*TASK STATEMENT*:
Reproduce exactly, and only, the lines below from the one containing "e20 -e17 -e21]" through the one containing "v21 (36.433858,30.083858,0)".

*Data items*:
■ ■ ■ ■

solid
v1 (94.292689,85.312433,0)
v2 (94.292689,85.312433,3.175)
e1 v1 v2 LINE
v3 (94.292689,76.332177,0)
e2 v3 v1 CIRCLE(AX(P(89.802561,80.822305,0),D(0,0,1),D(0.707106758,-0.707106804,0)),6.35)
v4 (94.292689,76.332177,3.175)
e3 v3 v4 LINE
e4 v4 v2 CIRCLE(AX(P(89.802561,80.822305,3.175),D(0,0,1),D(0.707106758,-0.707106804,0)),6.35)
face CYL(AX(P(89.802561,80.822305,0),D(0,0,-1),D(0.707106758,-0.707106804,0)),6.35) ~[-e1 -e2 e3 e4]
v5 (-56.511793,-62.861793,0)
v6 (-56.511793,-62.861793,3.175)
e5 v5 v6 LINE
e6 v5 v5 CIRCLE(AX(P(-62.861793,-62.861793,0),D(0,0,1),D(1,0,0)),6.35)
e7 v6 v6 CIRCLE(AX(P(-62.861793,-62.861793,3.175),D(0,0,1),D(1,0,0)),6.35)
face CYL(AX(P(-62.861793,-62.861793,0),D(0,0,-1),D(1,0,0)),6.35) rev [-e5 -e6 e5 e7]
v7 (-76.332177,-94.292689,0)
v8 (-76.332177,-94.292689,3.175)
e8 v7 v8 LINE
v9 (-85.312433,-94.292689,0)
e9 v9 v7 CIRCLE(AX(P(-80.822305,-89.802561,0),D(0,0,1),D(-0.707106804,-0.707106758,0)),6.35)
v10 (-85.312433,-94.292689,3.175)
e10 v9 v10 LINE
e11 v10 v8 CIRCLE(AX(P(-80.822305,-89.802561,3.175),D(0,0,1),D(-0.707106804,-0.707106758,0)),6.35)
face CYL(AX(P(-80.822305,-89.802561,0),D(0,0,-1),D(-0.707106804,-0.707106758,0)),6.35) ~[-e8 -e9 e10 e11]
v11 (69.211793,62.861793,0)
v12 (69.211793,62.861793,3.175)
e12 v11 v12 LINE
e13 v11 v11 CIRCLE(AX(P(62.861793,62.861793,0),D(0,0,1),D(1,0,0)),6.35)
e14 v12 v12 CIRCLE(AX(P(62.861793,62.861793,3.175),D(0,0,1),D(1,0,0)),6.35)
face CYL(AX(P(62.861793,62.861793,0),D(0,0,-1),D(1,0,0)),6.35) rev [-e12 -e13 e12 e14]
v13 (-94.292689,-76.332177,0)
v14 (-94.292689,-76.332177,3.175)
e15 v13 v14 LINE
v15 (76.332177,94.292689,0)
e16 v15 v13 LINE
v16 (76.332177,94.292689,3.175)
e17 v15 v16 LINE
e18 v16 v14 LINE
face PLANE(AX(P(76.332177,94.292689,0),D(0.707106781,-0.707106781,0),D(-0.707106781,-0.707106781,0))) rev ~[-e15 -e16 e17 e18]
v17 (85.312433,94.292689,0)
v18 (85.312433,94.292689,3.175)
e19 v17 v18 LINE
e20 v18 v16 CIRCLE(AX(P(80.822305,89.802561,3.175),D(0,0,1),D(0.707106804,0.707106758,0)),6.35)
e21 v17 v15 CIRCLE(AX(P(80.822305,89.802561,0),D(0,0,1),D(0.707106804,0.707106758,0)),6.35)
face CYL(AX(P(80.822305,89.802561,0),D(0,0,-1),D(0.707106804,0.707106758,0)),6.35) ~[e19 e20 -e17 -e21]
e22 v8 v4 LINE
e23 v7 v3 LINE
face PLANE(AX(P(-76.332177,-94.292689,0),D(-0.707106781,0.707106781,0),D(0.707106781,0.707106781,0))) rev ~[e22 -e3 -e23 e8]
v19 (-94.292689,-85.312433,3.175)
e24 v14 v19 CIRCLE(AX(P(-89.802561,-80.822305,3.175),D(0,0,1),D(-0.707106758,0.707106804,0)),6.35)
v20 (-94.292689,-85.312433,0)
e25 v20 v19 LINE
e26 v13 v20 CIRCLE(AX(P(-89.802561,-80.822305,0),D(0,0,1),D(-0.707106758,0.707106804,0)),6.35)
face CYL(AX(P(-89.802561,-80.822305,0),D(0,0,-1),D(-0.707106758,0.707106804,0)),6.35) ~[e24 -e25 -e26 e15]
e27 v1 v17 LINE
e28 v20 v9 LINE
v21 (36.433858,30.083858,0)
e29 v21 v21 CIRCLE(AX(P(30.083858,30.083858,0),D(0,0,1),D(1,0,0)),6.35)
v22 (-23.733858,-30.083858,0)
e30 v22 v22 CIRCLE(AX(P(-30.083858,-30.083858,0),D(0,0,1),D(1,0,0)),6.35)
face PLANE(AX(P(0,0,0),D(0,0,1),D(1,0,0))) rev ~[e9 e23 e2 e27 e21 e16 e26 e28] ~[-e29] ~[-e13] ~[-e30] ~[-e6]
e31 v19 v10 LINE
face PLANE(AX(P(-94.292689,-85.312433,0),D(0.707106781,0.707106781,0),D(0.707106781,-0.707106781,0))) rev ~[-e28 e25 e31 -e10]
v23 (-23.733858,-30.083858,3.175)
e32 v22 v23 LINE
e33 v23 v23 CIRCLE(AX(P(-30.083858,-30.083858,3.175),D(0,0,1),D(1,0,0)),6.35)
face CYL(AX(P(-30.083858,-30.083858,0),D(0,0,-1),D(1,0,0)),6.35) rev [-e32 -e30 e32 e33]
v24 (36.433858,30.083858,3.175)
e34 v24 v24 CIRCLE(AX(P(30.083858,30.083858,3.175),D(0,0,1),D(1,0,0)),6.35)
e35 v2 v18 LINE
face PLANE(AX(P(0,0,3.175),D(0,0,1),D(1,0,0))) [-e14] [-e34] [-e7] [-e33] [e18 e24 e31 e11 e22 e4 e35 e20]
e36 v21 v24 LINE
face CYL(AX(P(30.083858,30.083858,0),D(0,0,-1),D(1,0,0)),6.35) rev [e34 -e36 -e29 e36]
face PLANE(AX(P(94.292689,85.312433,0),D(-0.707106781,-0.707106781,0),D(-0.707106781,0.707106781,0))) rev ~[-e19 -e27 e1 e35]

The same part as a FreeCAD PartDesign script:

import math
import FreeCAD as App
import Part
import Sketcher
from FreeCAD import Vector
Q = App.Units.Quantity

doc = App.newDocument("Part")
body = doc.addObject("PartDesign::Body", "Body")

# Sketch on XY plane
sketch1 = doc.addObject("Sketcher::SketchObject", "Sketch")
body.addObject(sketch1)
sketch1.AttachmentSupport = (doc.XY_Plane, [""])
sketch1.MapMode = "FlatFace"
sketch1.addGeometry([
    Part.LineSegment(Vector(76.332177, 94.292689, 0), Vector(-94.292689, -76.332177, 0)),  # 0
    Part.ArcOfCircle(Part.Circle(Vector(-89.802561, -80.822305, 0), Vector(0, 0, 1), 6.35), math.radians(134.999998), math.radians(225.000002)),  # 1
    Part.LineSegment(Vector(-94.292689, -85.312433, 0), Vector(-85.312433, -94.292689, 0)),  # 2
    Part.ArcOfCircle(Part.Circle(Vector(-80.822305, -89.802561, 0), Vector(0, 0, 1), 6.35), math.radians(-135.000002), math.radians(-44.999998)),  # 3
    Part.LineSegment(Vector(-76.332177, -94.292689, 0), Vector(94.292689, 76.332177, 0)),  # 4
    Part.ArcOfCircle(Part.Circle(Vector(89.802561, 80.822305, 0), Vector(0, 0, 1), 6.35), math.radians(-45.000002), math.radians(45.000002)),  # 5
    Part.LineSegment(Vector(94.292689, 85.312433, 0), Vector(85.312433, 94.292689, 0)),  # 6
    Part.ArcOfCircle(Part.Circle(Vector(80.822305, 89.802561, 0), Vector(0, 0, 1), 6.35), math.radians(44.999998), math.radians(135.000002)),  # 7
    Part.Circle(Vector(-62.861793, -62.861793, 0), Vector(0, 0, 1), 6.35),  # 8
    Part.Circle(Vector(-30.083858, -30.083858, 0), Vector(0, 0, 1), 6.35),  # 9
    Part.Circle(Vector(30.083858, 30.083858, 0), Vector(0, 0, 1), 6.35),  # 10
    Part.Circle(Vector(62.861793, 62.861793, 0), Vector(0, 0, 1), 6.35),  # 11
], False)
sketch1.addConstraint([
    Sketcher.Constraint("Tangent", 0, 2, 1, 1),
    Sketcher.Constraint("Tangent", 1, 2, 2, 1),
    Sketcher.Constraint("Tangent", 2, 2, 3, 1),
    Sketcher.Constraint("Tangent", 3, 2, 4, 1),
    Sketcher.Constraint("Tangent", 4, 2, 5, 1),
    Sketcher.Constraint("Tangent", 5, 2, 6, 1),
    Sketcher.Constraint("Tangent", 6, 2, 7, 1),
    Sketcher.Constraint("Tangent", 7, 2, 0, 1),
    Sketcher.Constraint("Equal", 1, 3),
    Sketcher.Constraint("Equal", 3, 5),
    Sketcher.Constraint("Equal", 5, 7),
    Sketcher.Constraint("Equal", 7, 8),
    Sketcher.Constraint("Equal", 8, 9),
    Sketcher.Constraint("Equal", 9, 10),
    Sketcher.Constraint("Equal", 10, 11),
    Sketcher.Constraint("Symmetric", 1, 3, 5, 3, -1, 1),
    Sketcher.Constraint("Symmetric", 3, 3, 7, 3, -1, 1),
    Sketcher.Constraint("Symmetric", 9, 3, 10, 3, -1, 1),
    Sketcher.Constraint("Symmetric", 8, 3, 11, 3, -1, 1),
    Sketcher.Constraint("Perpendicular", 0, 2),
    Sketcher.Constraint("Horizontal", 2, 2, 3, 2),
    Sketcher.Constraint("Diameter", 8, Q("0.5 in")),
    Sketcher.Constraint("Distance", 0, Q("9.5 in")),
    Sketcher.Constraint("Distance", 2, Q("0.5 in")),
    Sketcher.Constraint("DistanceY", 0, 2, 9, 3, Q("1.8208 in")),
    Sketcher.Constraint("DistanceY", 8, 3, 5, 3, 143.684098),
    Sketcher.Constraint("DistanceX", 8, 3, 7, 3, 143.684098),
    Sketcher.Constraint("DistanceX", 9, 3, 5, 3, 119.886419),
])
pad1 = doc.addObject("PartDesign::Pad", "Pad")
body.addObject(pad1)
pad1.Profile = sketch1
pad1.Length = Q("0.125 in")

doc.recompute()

■ ■ ■ ■

*OUTPUT OF THE TASK*:
face CYL(AX(P(80.822305,89.802561,0),D(0,0,-1),D(0.707106804,0.707106758,0)),6.35) ~[e19 e20 -e17 -e21]
e22 v8 v4 LINE
e23 v7 v3 LINE
face PLANE(AX(P(-76.332177,-94.292689,0),D(-0.707106781,0.707106781,0),D(0.707106781,0.707106781,0))) rev ~[e22 -e3 -e23 e8]
v19 (-94.292689,-85.312433,3.175)
e24 v14 v19 CIRCLE(AX(P(-89.802561,-80.822305,3.175),D(0,0,1),D(-0.707106758,0.707106804,0)),6.35)
v20 (-94.292689,-85.312433,0)
e25 v20 v19 LINE
e26 v13 v20 CIRCLE(AX(P(-89.802561,-80.822305,0),D(0,0,1),D(-0.707106758,0.707106804,0)),6.35)
face CYL(AX(P(-89.802561,-80.822305,0),D(0,0,-1),D(-0.707106758,0.707106804,0)),6.35) ~[e24 -e25 -e26 e15]
e27 v1 v17 LINE
e28 v20 v9 LINE
v21 (36.433858,30.083858,0)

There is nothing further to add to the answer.